EXERCISE MATERIAL:
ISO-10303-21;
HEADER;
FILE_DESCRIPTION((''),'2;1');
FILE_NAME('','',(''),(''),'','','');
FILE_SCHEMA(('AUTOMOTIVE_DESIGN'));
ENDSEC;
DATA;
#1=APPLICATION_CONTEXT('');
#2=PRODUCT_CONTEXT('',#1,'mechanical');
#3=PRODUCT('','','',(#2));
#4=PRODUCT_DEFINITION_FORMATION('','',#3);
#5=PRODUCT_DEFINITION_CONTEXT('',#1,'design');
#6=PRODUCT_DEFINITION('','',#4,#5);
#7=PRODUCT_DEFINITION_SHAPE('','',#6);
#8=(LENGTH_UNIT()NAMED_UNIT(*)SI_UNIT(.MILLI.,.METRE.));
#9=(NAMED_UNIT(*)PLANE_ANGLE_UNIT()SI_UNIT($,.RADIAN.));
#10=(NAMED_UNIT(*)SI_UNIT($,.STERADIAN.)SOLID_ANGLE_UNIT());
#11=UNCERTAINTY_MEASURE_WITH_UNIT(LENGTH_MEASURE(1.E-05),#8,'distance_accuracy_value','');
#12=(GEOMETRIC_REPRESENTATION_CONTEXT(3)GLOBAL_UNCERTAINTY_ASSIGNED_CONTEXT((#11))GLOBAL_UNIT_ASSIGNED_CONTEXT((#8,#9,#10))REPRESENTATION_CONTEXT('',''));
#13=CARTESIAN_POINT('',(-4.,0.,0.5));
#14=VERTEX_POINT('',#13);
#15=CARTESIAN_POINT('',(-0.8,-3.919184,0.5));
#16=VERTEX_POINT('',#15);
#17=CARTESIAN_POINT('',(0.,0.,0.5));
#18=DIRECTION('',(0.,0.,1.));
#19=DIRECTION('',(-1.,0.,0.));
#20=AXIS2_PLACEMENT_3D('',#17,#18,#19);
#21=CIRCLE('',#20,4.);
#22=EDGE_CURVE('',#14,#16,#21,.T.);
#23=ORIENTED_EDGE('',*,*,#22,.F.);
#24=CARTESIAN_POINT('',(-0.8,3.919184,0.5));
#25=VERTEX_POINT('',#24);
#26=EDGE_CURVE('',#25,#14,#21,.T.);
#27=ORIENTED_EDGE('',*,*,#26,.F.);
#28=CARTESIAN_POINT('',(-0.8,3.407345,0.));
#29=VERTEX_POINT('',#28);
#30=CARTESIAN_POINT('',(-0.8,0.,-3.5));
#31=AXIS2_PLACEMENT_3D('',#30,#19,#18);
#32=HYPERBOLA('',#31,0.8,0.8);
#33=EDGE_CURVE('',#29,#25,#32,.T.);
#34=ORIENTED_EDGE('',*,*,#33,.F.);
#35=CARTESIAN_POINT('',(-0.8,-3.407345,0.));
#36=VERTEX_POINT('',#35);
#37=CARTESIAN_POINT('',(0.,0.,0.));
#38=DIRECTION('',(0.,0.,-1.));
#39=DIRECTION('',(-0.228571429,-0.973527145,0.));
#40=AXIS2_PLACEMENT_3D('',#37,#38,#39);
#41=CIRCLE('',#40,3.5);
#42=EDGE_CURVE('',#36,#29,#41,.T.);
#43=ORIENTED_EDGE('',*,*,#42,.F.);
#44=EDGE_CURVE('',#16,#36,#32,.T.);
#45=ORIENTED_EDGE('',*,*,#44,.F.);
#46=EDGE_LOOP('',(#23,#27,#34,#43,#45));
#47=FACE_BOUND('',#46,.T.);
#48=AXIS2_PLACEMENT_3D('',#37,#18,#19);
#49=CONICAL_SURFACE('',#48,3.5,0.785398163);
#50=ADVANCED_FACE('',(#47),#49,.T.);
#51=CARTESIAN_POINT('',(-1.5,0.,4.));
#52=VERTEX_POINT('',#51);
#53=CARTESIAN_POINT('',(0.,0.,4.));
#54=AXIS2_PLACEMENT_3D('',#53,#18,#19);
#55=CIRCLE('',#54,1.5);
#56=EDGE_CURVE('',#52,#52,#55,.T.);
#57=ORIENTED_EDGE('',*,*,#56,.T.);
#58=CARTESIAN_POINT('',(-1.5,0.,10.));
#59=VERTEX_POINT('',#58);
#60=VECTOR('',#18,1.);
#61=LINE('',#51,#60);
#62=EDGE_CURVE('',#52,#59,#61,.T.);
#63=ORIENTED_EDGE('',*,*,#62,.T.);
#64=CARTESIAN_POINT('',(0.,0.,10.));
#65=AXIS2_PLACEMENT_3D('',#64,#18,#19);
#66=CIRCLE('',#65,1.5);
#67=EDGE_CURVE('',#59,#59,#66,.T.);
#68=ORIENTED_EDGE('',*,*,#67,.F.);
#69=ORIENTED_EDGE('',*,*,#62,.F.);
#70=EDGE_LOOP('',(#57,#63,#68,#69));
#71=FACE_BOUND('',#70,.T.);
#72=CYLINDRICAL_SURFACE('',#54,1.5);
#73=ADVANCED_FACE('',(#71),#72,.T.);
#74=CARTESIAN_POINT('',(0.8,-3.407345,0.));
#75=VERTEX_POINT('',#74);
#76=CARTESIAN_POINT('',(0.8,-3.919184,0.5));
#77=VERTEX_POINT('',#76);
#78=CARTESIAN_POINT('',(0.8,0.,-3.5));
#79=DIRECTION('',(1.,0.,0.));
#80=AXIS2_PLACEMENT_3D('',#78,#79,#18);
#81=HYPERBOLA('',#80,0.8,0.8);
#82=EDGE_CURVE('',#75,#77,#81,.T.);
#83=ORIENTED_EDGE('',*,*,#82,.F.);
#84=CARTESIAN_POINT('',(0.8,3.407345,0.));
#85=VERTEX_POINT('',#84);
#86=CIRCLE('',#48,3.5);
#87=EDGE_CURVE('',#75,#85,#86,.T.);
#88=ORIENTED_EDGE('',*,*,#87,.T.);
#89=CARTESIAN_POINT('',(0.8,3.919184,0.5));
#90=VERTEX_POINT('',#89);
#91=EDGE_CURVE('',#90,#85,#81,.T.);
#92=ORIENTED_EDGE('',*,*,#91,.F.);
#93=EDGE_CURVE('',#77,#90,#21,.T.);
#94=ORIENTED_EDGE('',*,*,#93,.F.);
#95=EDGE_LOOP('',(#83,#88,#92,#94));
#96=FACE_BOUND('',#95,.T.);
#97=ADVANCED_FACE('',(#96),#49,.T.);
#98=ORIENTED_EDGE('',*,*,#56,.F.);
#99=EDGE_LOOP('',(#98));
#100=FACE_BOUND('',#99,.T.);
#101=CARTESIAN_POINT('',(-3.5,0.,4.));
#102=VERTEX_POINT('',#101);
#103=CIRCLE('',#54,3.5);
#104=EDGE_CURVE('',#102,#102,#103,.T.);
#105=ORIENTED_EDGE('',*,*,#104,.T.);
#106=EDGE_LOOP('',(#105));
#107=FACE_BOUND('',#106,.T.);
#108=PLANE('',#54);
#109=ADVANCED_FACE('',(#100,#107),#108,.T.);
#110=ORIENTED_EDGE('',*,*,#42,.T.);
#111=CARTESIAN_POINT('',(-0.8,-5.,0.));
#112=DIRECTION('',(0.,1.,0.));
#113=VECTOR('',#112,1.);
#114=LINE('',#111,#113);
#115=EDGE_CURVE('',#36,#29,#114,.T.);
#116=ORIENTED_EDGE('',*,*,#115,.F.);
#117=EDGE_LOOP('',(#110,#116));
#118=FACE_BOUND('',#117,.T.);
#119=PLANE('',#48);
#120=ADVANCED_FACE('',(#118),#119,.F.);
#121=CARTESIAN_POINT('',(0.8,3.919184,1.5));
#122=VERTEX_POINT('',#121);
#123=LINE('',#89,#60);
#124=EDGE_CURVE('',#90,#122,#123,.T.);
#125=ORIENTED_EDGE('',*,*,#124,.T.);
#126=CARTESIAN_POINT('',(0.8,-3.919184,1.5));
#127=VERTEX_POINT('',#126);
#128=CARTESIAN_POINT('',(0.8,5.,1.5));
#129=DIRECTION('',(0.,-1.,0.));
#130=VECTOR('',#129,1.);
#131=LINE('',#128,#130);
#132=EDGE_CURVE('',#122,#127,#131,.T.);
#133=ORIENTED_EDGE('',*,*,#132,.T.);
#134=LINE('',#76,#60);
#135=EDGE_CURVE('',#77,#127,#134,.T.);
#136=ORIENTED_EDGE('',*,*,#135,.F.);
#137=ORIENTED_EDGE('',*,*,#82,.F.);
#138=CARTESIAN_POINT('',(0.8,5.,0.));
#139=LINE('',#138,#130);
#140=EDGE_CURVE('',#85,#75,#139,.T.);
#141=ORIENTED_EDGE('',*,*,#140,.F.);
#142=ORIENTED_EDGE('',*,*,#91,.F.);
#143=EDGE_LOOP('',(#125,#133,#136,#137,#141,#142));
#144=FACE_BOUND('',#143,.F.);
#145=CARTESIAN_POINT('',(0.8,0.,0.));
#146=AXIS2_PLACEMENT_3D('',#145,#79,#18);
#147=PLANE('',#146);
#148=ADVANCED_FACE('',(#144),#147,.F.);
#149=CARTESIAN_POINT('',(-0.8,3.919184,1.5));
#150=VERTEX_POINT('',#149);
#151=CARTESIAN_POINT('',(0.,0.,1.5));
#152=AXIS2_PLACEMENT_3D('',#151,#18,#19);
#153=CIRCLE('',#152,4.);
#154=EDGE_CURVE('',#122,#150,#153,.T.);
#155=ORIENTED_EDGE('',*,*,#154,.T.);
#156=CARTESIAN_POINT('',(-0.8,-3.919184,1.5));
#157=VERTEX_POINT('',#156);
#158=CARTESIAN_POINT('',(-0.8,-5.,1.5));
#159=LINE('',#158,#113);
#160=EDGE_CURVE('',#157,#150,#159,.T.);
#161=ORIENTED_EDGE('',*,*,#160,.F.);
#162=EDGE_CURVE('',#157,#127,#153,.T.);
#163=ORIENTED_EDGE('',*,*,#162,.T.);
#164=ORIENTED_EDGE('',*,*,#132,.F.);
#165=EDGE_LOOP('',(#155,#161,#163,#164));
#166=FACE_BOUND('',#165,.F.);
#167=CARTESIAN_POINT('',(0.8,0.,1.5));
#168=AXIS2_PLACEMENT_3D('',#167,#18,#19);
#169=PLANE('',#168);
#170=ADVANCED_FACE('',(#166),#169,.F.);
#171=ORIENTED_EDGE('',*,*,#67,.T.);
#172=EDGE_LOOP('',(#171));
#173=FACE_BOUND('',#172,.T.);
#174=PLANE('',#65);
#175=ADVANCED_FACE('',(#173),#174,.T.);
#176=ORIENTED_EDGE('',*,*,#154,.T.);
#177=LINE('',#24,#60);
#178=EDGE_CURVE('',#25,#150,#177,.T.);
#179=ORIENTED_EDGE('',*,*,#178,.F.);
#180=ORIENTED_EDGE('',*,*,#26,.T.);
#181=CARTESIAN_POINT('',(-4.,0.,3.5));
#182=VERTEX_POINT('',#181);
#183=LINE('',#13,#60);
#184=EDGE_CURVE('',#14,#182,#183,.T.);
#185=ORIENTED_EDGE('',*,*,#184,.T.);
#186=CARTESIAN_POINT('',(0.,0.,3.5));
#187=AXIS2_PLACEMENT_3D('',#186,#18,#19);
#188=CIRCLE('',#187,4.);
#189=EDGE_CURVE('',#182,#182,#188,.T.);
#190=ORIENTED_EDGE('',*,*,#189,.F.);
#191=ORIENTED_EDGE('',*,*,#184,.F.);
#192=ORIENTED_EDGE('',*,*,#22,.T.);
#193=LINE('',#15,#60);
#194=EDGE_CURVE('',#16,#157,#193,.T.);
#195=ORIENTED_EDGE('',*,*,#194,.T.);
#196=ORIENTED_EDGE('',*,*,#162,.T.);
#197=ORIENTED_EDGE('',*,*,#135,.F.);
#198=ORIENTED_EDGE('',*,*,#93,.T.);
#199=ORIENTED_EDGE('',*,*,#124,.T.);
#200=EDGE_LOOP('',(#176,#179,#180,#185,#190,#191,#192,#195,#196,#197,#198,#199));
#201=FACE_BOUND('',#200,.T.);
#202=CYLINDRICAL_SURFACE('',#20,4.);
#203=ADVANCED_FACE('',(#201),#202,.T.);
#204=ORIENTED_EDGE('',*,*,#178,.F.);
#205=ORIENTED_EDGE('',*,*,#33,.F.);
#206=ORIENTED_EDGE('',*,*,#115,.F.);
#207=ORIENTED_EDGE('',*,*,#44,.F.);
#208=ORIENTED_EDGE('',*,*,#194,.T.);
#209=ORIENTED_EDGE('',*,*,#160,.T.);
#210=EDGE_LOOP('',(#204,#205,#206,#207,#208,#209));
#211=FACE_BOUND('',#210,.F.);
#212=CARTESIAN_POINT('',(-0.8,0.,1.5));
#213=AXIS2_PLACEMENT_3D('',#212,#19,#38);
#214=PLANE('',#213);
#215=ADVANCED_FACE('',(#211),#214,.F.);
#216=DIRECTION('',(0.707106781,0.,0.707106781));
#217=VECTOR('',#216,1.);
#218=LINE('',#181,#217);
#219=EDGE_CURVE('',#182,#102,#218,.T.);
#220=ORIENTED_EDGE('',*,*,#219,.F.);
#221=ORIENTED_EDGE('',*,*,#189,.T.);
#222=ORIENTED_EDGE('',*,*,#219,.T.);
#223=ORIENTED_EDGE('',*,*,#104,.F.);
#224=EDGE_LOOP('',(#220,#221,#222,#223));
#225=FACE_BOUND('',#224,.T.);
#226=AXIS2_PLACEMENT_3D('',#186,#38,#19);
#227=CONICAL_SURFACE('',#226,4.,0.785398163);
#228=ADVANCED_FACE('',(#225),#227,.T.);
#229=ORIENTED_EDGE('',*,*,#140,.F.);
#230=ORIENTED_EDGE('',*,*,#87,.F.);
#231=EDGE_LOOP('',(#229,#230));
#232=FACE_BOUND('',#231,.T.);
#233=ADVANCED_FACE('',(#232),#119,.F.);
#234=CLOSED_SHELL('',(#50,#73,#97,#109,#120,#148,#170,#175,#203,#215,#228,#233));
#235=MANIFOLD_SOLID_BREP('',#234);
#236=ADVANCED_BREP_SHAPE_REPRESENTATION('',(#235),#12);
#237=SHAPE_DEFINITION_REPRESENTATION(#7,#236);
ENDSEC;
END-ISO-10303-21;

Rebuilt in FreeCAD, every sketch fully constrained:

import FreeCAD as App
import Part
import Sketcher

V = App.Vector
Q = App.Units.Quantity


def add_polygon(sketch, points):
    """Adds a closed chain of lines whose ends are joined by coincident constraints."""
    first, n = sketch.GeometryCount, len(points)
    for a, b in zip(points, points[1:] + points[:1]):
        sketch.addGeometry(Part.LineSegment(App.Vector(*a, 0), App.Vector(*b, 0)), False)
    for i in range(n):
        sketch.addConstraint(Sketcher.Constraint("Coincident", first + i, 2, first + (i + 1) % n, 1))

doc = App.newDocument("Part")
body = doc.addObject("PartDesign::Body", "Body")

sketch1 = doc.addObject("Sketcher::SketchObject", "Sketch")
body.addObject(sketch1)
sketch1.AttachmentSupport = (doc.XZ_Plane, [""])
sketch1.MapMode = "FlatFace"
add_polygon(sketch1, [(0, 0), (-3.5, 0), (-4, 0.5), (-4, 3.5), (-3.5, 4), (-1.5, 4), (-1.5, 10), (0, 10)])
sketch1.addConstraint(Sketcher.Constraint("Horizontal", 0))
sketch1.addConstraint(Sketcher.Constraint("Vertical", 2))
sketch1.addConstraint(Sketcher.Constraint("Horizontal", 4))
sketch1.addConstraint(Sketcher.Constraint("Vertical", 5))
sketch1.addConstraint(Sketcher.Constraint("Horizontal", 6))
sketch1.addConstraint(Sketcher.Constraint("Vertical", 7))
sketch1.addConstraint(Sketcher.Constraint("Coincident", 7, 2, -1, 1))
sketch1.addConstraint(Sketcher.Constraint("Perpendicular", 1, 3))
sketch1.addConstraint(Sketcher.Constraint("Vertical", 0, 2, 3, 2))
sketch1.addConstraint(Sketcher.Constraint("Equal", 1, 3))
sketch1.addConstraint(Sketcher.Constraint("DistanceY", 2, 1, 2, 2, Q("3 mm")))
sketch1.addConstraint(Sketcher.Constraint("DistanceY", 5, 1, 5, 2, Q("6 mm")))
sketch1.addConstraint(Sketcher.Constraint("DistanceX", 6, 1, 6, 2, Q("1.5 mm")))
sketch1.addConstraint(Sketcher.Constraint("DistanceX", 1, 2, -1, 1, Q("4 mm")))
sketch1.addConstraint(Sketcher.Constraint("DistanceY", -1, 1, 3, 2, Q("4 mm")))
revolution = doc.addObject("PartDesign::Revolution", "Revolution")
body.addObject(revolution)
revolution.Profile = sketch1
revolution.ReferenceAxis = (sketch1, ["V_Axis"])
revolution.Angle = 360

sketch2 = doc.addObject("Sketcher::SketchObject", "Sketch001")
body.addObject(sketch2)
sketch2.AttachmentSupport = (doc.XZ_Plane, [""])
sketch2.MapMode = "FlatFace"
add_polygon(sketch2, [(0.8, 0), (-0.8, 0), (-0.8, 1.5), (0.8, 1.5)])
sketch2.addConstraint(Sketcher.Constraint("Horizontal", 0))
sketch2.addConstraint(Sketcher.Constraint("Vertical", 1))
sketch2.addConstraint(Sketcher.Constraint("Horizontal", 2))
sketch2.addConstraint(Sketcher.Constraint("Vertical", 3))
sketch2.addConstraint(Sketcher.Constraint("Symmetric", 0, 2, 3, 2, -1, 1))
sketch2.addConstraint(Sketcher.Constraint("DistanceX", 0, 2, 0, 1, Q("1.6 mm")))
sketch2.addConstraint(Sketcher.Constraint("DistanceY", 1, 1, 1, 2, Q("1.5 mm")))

TASK STATEMENT:
Going down the listing above, begin printing at the line with "#103=CIRCLE('',#54,3.5);" and finish with the line with "#166=FACE_BOUND('',#165,.F.);", exactly as they appear.

RESPONSE:
#103=CIRCLE('',#54,3.5);
#104=EDGE_CURVE('',#102,#102,#103,.T.);
#105=ORIENTED_EDGE('',*,*,#104,.T.);
#106=EDGE_LOOP('',(#105));
#107=FACE_BOUND('',#106,.T.);
#108=PLANE('',#54);
#109=ADVANCED_FACE('',(#100,#107),#108,.T.);
#110=ORIENTED_EDGE('',*,*,#42,.T.);
#111=CARTESIAN_POINT('',(-0.8,-5.,0.));
#112=DIRECTION('',(0.,1.,0.));
#113=VECTOR('',#112,1.);
#114=LINE('',#111,#113);
#115=EDGE_CURVE('',#36,#29,#114,.T.);
#116=ORIENTED_EDGE('',*,*,#115,.F.);
#117=EDGE_LOOP('',(#110,#116));
#118=FACE_BOUND('',#117,.T.);
#119=PLANE('',#48);
#120=ADVANCED_FACE('',(#118),#119,.F.);
#121=CARTESIAN_POINT('',(0.8,3.919184,1.5));
#122=VERTEX_POINT('',#121);
#123=LINE('',#89,#60);
#124=EDGE_CURVE('',#90,#122,#123,.T.);
#125=ORIENTED_EDGE('',*,*,#124,.T.);
#126=CARTESIAN_POINT('',(0.8,-3.919184,1.5));
#127=VERTEX_POINT('',#126);
#128=CARTESIAN_POINT('',(0.8,5.,1.5));
#129=DIRECTION('',(0.,-1.,0.));
#130=VECTOR('',#129,1.);
#131=LINE('',#128,#130);
#132=EDGE_CURVE('',#122,#127,#131,.T.);
#133=ORIENTED_EDGE('',*,*,#132,.T.);
#134=LINE('',#76,#60);
#135=EDGE_CURVE('',#77,#127,#134,.T.);
#136=ORIENTED_EDGE('',*,*,#135,.F.);
#137=ORIENTED_EDGE('',*,*,#82,.F.);
#138=CARTESIAN_POINT('',(0.8,5.,0.));
#139=LINE('',#138,#130);
#140=EDGE_CURVE('',#85,#75,#139,.T.);
#141=ORIENTED_EDGE('',*,*,#140,.F.);
#142=ORIENTED_EDGE('',*,*,#91,.F.);
#143=EDGE_LOOP('',(#125,#133,#136,#137,#141,#142));
#144=FACE_BOUND('',#143,.F.);
#145=CARTESIAN_POINT('',(0.8,0.,0.));
#146=AXIS2_PLACEMENT_3D('',#145,#79,#18);
#147=PLANE('',#146);
#148=ADVANCED_FACE('',(#144),#147,.F.);
#149=CARTESIAN_POINT('',(-0.8,3.919184,1.5));
#150=VERTEX_POINT('',#149);
#151=CARTESIAN_POINT('',(0.,0.,1.5));
#152=AXIS2_PLACEMENT_3D('',#151,#18,#19);
#153=CIRCLE('',#152,4.);
#154=EDGE_CURVE('',#122,#150,#153,.T.);
#155=ORIENTED_EDGE('',*,*,#154,.T.);
#156=CARTESIAN_POINT('',(-0.8,-3.919184,1.5));
#157=VERTEX_POINT('',#156);
#158=CARTESIAN_POINT('',(-0.8,-5.,1.5));
#159=LINE('',#158,#113);
#160=EDGE_CURVE('',#157,#150,#159,.T.);
#161=ORIENTED_EDGE('',*,*,#160,.F.);
#162=EDGE_CURVE('',#157,#127,#153,.T.);
#163=ORIENTED_EDGE('',*,*,#162,.T.);
#164=ORIENTED_EDGE('',*,*,#132,.F.);
#165=EDGE_LOOP('',(#155,#161,#163,#164));
#166=FACE_BOUND('',#165,.F.);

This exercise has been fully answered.